_Exercise brief_:
Go to the line holding "f 118 119 90" in the entries below and write out exactly every line down to and including the line holding "f 137 19 97".

--- Provided data ---

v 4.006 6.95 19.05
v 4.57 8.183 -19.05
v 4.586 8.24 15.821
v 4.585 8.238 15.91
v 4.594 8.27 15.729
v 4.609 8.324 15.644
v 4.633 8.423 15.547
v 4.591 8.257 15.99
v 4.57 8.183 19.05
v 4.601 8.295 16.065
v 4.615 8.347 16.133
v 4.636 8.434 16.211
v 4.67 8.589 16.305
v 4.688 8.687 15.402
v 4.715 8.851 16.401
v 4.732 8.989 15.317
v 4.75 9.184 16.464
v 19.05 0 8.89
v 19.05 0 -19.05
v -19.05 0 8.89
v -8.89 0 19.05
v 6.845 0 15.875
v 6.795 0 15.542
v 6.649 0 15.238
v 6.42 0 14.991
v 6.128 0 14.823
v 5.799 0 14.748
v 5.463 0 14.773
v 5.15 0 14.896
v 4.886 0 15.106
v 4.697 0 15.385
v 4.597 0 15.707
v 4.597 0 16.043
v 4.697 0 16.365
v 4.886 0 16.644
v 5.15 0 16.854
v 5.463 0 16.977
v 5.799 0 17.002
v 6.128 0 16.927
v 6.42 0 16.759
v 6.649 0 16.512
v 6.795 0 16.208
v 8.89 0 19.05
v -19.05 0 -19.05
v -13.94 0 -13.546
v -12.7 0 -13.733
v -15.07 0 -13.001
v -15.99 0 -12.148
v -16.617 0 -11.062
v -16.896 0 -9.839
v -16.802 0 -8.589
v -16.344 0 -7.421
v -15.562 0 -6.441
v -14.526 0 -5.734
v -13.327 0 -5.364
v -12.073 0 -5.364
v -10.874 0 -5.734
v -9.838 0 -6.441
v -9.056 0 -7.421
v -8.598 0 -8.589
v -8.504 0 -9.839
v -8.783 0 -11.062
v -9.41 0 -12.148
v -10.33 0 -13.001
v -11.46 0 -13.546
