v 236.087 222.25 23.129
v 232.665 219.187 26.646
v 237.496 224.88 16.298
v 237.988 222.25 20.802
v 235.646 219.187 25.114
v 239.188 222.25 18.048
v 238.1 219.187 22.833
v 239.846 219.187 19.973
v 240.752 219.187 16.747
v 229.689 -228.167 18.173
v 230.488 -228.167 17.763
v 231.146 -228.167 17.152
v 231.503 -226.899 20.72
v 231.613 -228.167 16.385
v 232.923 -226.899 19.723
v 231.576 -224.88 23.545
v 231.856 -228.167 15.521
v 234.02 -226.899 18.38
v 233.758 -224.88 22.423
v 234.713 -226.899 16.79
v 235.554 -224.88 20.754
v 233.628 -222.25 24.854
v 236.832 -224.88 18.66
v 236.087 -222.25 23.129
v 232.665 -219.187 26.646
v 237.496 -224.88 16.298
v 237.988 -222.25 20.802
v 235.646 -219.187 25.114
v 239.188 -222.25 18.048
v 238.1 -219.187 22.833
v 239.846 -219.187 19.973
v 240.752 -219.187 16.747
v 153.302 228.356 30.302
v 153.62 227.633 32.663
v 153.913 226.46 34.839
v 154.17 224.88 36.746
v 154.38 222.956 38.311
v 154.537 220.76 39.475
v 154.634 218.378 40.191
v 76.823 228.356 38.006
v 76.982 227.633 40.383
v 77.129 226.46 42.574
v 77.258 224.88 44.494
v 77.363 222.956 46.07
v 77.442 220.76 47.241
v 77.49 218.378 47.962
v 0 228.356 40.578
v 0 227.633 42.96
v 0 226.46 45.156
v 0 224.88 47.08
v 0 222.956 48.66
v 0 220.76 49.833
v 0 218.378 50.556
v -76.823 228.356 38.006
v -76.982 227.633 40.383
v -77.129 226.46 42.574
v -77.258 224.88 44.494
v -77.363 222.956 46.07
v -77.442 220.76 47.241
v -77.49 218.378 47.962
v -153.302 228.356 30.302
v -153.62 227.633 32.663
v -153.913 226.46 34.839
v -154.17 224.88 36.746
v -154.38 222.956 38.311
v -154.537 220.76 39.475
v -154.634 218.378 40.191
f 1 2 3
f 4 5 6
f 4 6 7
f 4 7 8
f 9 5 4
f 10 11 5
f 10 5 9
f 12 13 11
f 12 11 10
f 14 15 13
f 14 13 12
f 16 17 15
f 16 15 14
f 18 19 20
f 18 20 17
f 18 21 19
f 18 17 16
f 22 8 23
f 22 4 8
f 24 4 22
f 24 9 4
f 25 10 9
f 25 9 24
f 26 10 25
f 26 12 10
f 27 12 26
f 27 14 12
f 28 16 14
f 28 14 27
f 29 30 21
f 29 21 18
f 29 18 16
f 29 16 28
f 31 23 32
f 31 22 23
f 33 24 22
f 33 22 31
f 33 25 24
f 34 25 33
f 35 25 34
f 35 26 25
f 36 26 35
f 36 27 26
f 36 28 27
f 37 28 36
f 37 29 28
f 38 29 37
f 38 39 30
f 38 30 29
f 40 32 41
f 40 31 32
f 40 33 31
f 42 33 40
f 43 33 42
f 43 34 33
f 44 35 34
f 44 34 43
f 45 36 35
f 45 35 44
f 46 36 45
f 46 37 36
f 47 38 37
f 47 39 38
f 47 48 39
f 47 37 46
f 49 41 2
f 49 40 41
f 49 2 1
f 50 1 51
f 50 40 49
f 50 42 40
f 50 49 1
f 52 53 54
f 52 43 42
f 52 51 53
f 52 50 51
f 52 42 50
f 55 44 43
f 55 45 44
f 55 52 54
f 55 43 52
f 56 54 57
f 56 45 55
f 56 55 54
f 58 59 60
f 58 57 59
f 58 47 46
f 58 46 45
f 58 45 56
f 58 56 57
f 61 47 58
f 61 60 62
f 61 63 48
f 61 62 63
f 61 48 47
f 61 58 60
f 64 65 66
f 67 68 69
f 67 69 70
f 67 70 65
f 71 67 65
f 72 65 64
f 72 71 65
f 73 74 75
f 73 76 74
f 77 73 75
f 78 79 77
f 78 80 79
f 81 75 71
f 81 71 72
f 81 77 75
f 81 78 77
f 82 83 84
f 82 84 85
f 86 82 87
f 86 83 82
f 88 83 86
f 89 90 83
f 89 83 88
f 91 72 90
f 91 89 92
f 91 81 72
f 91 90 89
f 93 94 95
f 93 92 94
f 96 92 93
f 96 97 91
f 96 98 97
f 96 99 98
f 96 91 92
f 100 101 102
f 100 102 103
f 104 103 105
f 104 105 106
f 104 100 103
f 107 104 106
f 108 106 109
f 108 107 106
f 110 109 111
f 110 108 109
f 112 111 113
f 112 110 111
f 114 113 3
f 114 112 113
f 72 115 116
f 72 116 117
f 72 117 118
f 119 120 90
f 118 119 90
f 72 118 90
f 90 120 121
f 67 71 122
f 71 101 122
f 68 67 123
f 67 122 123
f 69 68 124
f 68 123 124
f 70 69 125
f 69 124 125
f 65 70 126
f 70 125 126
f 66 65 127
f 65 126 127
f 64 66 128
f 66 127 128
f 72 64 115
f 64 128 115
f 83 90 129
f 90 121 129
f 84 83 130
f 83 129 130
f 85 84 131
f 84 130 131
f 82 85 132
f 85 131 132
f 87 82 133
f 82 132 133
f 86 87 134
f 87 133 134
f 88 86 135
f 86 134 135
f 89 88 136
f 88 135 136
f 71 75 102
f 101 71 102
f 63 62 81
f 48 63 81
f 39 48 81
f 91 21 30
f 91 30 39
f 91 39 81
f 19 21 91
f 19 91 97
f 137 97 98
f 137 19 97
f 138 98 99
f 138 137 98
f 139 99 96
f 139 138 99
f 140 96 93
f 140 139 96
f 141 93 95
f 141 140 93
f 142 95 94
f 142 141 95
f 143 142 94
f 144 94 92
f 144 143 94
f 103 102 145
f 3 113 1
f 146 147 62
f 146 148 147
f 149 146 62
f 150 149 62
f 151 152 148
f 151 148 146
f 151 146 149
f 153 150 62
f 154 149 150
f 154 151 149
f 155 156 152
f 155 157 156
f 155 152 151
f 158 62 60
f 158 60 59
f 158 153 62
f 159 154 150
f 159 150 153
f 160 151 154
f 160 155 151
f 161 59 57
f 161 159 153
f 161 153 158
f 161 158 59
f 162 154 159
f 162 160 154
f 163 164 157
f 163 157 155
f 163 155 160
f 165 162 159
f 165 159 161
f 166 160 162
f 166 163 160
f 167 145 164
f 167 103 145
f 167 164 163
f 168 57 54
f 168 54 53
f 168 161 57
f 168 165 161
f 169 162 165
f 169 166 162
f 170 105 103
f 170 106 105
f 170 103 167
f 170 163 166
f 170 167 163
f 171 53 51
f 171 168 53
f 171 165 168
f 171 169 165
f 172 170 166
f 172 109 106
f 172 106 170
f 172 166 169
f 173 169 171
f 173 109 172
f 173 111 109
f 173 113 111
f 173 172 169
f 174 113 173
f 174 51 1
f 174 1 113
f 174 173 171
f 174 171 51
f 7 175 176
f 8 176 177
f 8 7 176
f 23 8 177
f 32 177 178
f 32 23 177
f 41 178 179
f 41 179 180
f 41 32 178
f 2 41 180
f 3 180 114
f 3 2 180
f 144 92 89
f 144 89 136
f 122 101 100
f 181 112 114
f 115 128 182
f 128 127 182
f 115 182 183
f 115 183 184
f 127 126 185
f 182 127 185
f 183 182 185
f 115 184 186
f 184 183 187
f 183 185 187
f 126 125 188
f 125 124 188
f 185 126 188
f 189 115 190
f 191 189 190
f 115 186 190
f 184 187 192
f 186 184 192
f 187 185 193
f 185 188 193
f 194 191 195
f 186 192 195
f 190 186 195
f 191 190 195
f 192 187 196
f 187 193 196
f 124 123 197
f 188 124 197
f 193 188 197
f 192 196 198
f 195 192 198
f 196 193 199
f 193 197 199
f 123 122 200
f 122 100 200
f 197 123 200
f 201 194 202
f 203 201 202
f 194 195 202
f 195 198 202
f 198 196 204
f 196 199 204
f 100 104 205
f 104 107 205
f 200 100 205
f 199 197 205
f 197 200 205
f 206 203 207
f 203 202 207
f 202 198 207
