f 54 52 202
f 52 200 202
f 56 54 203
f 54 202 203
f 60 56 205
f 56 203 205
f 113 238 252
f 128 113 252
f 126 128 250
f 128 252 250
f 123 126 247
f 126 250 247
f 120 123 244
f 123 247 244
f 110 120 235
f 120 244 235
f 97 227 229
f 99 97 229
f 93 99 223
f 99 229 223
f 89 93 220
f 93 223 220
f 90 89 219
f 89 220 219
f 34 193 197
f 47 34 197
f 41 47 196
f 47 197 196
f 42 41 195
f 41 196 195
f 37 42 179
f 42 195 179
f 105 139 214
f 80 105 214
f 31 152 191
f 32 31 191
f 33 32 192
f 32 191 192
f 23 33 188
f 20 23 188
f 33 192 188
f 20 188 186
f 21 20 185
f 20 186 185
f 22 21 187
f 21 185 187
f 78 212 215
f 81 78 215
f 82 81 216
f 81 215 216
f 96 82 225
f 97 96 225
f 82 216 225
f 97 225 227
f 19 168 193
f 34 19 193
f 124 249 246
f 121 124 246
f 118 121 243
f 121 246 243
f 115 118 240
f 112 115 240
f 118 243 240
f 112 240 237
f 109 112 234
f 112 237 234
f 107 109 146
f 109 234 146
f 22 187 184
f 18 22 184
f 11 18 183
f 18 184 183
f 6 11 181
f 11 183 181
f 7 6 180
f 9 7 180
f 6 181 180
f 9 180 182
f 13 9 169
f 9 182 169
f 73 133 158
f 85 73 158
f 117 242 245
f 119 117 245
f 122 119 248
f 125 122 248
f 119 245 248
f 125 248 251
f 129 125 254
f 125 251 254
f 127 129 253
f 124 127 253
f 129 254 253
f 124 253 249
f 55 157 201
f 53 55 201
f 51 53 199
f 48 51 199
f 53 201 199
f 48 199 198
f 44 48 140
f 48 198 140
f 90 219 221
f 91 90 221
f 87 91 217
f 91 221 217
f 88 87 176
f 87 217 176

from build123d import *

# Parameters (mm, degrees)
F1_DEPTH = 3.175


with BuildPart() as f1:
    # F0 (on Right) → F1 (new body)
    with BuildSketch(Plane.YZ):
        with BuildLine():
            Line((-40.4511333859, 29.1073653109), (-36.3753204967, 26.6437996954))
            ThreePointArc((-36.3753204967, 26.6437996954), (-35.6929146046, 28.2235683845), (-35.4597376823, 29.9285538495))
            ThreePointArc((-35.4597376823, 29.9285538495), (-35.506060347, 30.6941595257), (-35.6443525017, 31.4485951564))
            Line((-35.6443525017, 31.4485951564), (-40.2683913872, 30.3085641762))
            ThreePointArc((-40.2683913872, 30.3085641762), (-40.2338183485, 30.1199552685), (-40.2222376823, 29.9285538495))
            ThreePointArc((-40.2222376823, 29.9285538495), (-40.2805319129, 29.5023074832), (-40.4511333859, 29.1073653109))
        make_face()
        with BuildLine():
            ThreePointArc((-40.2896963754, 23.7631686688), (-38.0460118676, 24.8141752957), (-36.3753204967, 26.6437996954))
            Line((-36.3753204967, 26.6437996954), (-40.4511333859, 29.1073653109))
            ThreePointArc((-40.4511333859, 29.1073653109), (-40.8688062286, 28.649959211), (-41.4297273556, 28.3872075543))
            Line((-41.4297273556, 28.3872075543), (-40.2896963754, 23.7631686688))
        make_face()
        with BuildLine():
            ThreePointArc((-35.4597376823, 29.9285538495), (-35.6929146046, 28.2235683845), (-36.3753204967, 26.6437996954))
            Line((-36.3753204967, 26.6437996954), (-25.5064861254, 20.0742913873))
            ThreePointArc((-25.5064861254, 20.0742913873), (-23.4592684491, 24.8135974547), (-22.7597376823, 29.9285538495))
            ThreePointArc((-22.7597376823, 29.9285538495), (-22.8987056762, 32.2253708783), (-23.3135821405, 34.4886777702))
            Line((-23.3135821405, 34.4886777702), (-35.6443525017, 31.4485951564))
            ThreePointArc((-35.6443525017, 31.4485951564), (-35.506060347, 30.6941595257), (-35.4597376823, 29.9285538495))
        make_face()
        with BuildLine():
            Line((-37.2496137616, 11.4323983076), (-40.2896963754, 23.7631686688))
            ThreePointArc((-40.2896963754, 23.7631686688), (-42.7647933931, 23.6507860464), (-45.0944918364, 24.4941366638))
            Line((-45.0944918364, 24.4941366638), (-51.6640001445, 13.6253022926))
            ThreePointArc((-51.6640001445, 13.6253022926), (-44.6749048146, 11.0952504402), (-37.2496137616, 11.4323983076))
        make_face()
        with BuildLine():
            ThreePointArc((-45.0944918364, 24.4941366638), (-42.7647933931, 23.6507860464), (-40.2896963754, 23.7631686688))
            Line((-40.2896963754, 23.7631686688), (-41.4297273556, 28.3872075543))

---

_Result for this exercise_:
f 118 119 90
f 72 118 90
f 90 120 121
f 67 71 122
f 71 101 122
f 68 67 123
f 67 122 123
f 69 68 124
f 68 123 124
f 70 69 125
f 69 124 125
f 65 70 126
f 70 125 126
f 66 65 127
f 65 126 127
f 64 66 128
f 66 127 128
f 72 64 115
f 64 128 115
f 83 90 129
f 90 121 129
f 84 83 130
f 83 129 130
f 85 84 131
f 84 130 131
f 82 85 132
f 85 131 132
f 87 82 133
f 82 132 133
f 86 87 134
f 87 133 134
f 88 86 135
f 86 134 135
f 89 88 136
f 88 135 136
f 71 75 102
f 101 71 102
f 63 62 81
f 48 63 81
f 39 48 81
f 91 21 30
f 91 30 39
f 91 39 81
f 19 21 91
f 19 91 97
f 137 97 98
f 137 19 97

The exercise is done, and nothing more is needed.